I have 2 HDS 170Ns. Clicky and Rotary and I like the UI on both. I spent some time programming the clicky and now the modes are just how I like them. I'm thinking of getting the flood reflector. Like a true flashaholic, I have both Haikus and HDS lights and see a need for both. I have 1 light with an XP-L emitter and don't like the tint. But at some point I'll try a neutral one. The weak link with both the Haiku and HDS is the (R)CR123 IMHO. But (R)CR123 is a great size for an EDC light and I don't think they are going extinct. I have an AquaRam and the 18650 is a big step forward. I may also get the HDS 18660 tube. I also like the McGizmo AA light engine and swap between mule and Haiku heads. I respect your decision and logic, but I can't imagine not having a Haiku.


----------



## pjandyho (Aug 24, 2015)

yoyoman said:


> I have 2 HDS 170Ns. Clicky and Rotary and I like the UI on both. I spent some time programming the clicky and now the modes are just how I like them. I'm thinking of getting the flood reflector. Like a true flashaholic, I have both Haikus and HDS lights and see a need for both. I have 1 light with an XP-L emitter and don't like the tint. But at some point I'll try a neutral one. The weak link with both the Haiku and HDS is the (R)CR123 IMHO. But (R)CR123 is a great size for an EDC light and I don't think they are going extinct. I have an AquaRam and the 18650 is a big step forward. I may also get the HDS 18660 tube. I also like the McGizmo AA light engine and swap between mule and Haiku heads. I respect your decision and logic, but I can't imagine not having a Haiku.

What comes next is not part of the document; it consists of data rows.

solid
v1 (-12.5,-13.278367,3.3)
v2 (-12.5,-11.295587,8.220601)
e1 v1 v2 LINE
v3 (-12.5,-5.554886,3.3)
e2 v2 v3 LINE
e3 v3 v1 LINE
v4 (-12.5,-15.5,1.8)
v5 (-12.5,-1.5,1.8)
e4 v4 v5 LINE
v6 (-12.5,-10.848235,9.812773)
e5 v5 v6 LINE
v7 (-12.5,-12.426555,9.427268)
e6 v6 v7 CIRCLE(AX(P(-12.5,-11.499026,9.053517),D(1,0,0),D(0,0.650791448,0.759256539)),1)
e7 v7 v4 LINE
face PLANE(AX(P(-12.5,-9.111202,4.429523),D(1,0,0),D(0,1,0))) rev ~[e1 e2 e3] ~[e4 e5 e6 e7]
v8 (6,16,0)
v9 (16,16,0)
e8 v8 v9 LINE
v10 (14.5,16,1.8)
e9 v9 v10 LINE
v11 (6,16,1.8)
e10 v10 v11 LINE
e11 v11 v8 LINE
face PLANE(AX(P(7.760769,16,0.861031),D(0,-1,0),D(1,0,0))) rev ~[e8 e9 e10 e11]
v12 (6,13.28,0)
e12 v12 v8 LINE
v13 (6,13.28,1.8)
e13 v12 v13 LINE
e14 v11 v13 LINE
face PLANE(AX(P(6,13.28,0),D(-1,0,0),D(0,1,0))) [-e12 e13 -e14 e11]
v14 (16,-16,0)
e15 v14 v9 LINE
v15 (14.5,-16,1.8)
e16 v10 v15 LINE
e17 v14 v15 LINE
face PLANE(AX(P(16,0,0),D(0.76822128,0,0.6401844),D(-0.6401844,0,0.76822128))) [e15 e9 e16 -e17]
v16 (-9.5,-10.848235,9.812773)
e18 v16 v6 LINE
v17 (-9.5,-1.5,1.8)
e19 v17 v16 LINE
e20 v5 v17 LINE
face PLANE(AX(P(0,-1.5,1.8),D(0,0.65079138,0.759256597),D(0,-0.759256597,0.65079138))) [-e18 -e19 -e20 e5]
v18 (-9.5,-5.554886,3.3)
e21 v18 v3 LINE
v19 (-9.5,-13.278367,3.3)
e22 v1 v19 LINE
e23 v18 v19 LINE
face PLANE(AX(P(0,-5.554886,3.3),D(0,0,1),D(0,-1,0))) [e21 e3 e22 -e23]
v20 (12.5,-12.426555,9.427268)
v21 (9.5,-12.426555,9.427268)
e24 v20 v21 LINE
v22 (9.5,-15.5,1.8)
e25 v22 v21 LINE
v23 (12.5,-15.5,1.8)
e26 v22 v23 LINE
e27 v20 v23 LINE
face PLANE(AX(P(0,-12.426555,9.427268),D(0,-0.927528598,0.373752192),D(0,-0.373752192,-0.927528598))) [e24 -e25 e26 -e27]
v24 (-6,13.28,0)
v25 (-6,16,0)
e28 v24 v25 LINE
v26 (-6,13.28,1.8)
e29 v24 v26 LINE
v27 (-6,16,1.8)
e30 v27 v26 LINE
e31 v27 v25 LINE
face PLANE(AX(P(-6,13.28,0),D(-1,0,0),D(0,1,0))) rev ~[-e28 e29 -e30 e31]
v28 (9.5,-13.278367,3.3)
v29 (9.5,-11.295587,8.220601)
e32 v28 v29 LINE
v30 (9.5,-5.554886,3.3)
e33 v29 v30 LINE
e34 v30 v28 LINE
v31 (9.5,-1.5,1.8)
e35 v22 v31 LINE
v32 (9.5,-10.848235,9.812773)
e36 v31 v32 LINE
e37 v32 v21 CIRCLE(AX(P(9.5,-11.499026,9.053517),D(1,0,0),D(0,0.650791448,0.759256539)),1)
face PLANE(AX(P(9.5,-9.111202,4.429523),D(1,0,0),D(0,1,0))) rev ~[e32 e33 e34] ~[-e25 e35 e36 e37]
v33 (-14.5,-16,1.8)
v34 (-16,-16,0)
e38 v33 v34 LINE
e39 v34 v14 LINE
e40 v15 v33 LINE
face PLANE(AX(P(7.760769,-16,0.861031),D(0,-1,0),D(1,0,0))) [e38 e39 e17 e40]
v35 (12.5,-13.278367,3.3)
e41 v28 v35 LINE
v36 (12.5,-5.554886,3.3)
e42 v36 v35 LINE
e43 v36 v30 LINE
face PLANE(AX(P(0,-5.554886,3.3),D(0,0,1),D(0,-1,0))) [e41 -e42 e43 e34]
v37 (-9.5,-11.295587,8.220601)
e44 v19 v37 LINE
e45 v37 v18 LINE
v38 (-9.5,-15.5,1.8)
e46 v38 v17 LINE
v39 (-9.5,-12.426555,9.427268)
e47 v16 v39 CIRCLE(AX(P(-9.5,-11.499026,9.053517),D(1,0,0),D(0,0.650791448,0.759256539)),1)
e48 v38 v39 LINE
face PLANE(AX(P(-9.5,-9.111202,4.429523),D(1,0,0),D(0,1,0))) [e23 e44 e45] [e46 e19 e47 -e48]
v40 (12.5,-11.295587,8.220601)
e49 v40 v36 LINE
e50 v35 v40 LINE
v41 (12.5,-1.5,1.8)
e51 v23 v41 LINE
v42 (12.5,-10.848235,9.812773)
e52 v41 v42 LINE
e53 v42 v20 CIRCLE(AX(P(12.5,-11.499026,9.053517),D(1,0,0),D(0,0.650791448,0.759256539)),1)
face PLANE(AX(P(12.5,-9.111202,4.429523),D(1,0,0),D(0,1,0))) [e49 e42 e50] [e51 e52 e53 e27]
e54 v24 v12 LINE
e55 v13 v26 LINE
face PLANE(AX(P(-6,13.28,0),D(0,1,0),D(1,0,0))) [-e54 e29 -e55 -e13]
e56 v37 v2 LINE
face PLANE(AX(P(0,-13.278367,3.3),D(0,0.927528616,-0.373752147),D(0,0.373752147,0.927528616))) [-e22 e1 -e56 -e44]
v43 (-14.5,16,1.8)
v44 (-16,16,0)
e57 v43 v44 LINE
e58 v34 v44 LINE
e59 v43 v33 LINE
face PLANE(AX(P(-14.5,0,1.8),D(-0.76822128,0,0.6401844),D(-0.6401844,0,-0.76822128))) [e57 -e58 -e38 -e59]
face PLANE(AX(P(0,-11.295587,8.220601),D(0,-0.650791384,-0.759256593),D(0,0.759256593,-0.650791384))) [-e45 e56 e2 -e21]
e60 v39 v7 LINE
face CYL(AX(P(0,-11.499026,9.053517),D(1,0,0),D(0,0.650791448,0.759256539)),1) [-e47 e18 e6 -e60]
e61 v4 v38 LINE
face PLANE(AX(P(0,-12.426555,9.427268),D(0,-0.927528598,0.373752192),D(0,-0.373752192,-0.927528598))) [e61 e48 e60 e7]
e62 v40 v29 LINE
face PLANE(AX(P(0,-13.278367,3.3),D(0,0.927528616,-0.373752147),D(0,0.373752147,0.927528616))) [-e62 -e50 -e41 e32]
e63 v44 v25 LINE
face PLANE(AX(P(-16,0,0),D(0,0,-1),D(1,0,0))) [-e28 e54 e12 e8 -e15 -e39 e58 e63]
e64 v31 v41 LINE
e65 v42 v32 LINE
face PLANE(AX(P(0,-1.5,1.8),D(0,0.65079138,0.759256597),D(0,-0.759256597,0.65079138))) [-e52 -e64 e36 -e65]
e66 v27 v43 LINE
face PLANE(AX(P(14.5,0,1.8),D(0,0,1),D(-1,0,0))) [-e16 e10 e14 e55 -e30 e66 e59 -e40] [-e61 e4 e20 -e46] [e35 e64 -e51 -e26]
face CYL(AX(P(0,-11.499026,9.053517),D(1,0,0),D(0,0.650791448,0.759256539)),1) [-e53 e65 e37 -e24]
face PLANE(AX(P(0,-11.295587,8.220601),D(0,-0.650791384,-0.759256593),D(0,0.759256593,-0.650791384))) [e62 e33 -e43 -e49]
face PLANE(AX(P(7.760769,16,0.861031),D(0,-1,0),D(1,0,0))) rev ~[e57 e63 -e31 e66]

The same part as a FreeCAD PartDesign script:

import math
import FreeCAD as App
import Part
import Sketcher

V = App.Vector

doc = App.newDocument("Part")
body = doc.addObject("PartDesign::Body", "Body")

sketch1 = doc.addObject("Sketcher::SketchObject", "Sketch")
body.addObject(sketch1)
sketch1.AttachmentSupport = (doc.XZ_Plane, [""])
sketch1.MapMode = "FlatFace"
sketch1.addGeometry([
    Part.LineSegment(V(16, 0, 0), V(14.5, 1.8, 0)),
    Part.LineSegment(V(14.5, 1.8, 0), V(-14.5, 1.8, 0)),
    Part.LineSegment(V(-14.5, 1.8, 0), V(-16, 0, 0)),
    Part.LineSegment(V(-16, 0, 0), V(16, 0, 0)),
], False)
sketch1.addConstraint([
    Sketcher.Constraint("Coincident", 0, 2, 1, 1),
    Sketcher.Constraint("Coincident", 1, 2, 2, 1),
    Sketcher.Constraint("Coincident", 2, 2, 3, 1),
    Sketcher.Constraint("Coincident", 3, 2, 0, 1),
    Sketcher.Constraint("Horizontal", 1),
    Sketcher.Constraint("Horizontal", 3),
    Sketcher.Constraint("Symmetric", 2, 2, 3, 2, -1, 1),
    Sketcher.Constraint("Equal", 0, 2),
    Sketcher.Constraint("DistanceX", 1, 2, 1, 1, 29.0),
    Sketcher.Constraint("DistanceX", 3, 1, 3, 2, 32.0),
    Sketcher.Constraint("DistanceY", -1, 1, 0, 2, 1.8),
])
pad1 = doc.addObject("PartDesign::Pad", "Pad")
body.addObject(pad1)
pad1.Profile = sketch1
pad1.Length = 32
pad1.Midplane = True

sketch2 = doc.addObject("Sketcher::SketchObject", "Sketch001")
body.addObject(sketch2)
sketch2.AttachmentSupport = (doc.XY_Plane, [""])
sketch2.MapMode = "FlatFace"
sketch2.addGeometry([
    Part.LineSegment(V(-6, 16.12, 0), V(-6, 13.28, 0)),
    Part.LineSegment(V(-6, 13.28, 0), V(6, 13.28, 0)),
    Part.LineSegment(V(6, 13.28, 0), V(6, 16.12, 0)),
    Part.LineSegment(V(6, 16.12, 0), V(-6, 16.12, 0)),
], False)
sketch2.addConstraint([
    Sketcher.Constraint("Coincident", 0, 2, 1, 1),
    Sketcher.Constraint("Coincident", 1, 2, 2, 1),
    Sketcher.Constraint("Coincident", 2, 2, 3, 1),
    Sketcher.Constraint("Coincident", 3, 2, 0, 1),
    Sketcher.Constraint("Vertical", 0),
    Sketcher.Constraint("Horizontal", 1),
    Sketcher.Constraint("Vertical", 2),
    Sketcher.Constraint("Horizontal", 3),
    Sketcher.Constraint("DistanceX", 1, 1, 1, 2, 12.0),
    Sketcher.Constraint("DistanceX", 0, 2, -1, 1, 6.0),
    Sketcher.Constraint("DistanceY", 0, 2, 0, 1, 2.84),
    Sketcher.Constraint("DistanceY", -1, 1, 0, 2, 13.28),
])
pocket1 = doc.addObject("PartDesign::Pocket", "Pocket")
body.addObject(pocket1)
pocket1.Profile = sketch2
pocket1.Length = 25
pocket1.Reversed = True

sketch3 = doc.addObject("Sketcher::SketchObject", "Sketch002")
body.addObject(sketch3)
sketch3.AttachmentSupport = (doc.YZ_Plane, [""])
sketch3.MapMode = "FlatFace"
sketch3.addGeometry([
    Part.LineSegment(V(-12.426555, 9.427268, 0), V(-15.5, 1.8, 0)),
    Part.LineSegment(V(-15.5, 1.8, 0), V(-1.5, 1.8, 0)),
    Part.LineSegment(V(-1.5, 1.8, 0), V(-10.848235, 9.812773, 0)),
    Part.ArcOfCircle(Part.Circle(V(-11.499026, 9.053517, 0), V(0, 0, 1), 1), math.radians(49.3987), math.radians(158.052834)),
    Part.LineSegment(V(-5.554886, 3.3, 0), V(-13.278367, 3.3, 0)),
    Part.LineSegment(V(-13.278367, 3.3, 0), V(-11.295587, 8.220601, 0)),
    Part.LineSegment(V(-11.295587, 8.220601, 0), V(-5.554886, 3.3, 0)),
], False)
sketch3.addConstraint([
    Sketcher.Constraint("Coincident", 0, 2, 1, 1),
    Sketcher.Constraint("Coincident", 1, 2, 2, 1),
    Sketcher.Constraint("Tangent", 2, 2, 3, 1),
    Sketcher.Constraint("Tangent", 3, 2, 0, 1),
    Sketcher.Constraint("Coincident", 4, 2, 5, 1),
    Sketcher.Constraint("Coincident", 5, 2, 6, 1),
    Sketcher.Constraint("Coincident", 6, 2, 4, 1),
    Sketcher.Constraint("Horizontal", 1),
    Sketcher.Constraint("Horizontal", 4),
    Sketcher.Constraint("Parallel", 0, 5),
    Sketcher.Constraint("Parallel", 2, 6),
    Sketcher.Constraint("Radius", 3, 1.0),
    Sketcher.Constraint("DistanceX", 1, 1, 1, 2, 14.0),
    Sketcher.Constraint("DistanceX", 0, 2, -1, 1, 15.5),
    Sketcher.Constraint("DistanceY", -1, 1, 0, 2, 1.8),
    Sketcher.Constraint("DistanceY", -1, 1, 4, 2, 3.3),
    Sketcher.Constraint("DistanceX", 4, 2, 4, 1, 7.723481),
    Sketcher.Constraint("DistanceY", -1, 1, 5, 2, 8.220601),
    Sketcher.Constraint("DistanceX", 5, 2, 6, 2, 5.740701),
    Sketcher.Constraint("DistanceX", 4, 2, 3, 3, 1.779341),
])
pad2 = doc.addObject("PartDesign::Pad", "Pad001")
body.addObject(pad2)
pad2.Profile = sketch3
pad2.Length = 25
pad2.Midplane = True

sketch4 = doc.addObject("Sketcher::SketchObject", "Sketch003")
body.addObject(sketch4)
sketch4.AttachmentSupport = (doc.YZ_Plane, [""])
sketch4.MapMode = "FlatFace"
sketch4.addGeometry([
    Part.LineSegment(V(-15.5, 1.8, 0), V(-1.5, 1.8, 0)),
    Part.LineSegment(V(-1.5, 1.8, 0), V(-10.848235, 9.812773, 0)),
    Part.LineSegment(V(-10.848235, 9.812773, 0), V(-13.849209, 12.385036, 0)),
    Part.ArcOfCircle(Part.Circle(V(-14.5, 11.625779, 0), V(0, 0, 1), 1), math.radians(49.398724), math.radians(180.000014)),
    Part.LineSegment(V(-15.5, 11.625779, 0), V(-15.5, 1.8, 0)),
    Part.LineSegment(V(-5.554886, 3.3, 0), V(-13.278367, 3.3, 0)),
    Part.LineSegment(V(-13.278367, 3.3, 0), V(-11.295587, 8.220601, 0)),
    Part.LineSegment(V(-11.295587, 8.220601, 0), V(-5.554886, 3.3, 0)),
], False)
sketch4.addConstraint([
    Sketcher.Constraint("Coincident", 0, 2, 1, 1),
    Sketcher.Constraint("Coincident", 1, 2, 2, 1),
    Sketcher.Constraint("Tangent", 2, 2, 3, 1),
    Sketcher.Constraint("Tangent", 3, 2, 4, 1),
    Sketcher.Constraint("Coincident", 4, 2, 0, 1),
    Sketcher.Constraint("Coincident", 5, 2, 6, 1),
    Sketcher.Constraint("Coincident", 6, 2, 7, 1),
    Sketcher.Constraint("Coincident", 7, 2, 5, 1),
    Sketcher.Constraint("Horizontal", 0),
    Sketcher.Constraint("Vertical", 4),
    Sketcher.Constraint("Horizontal", 5),
    Sketcher.Constraint("Parallel", 1, 2),
    Sketcher.Constraint("Parallel", 2, 7),
    Sketcher.Constraint("Radius", 3, 1.0),
    Sketcher.Constraint("DistanceX", 0, 1, 0, 2, 14.0),
    Sketcher.Constraint("DistanceX", 3, 3, -1, 1, 14.5),
    Sketcher.Constraint("DistanceY", -1, 1, 0, 2, 1.8),
    Sketcher.Constraint("DistanceY", -1, 1, 5, 2, 3.3),
    Sketcher.Constraint("DistanceX", 5, 2, 5, 1, 7.723481),
    Sketcher.Constraint("DistanceY", 4, 2, 4, 1, 9.825779),
    Sketcher.Constraint("DistanceY", -1, 1, 6, 2, 8.220601),
    Sketcher.Constraint("DistanceX", 5, 2, 1, 2, 2.430132),
    Sketcher.Constraint("DistanceY", 6, 2, 1, 2, 1.592172),
])
pocket2 = doc.addObject("PartDesign::Pocket", "Pocket001")
body.addObject(pocket2)
pocket2.Profile = sketch4
pocket2.Length = 19
pocket2.Midplane = True

doc.recompute()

I love the floody beam on my Haiku XM-L but the tint is kind of weird. It is a little cyanish and mild greenishness combined. In actual use it is ok but failed badly when compared to many other cool white lights which I have. The Haiku just can't seem to bring out the colors as much as other cool white lights in my possession. I still use it and love it because the beam is so floody which is great for EDC. In fact I loved it so much I have carried it for over two years in my pocket as my daily EDC.

Somehow, along the way, the HDS rotary started getting more and more of my attention. In fact I did once commented somewhere that it is always the Haiku and HDS with me everyday, with Haiku being the number one choice and HDS the backup choice. I guess this unfaithful man in me has had a change of heart? Lol! Anyway, I hope I am not regretting giving up the Haiku, and you guys are doing a great job in helping me regret my decision. I love it, and I still do, but it is sitting on the shelf gathering dust for many months, so...


----------



## leon2245 (Aug 24, 2015)

> I love it, and I still do, but it is sitting on the shelf gathering dust for many months, so...



so I think you're still simply not _allowed_ to like the HDS more.


----------



## pjandyho (Aug 24, 2015)

leon2245 said:


> so I think you're still simply not _allowed_ to like the HDS more.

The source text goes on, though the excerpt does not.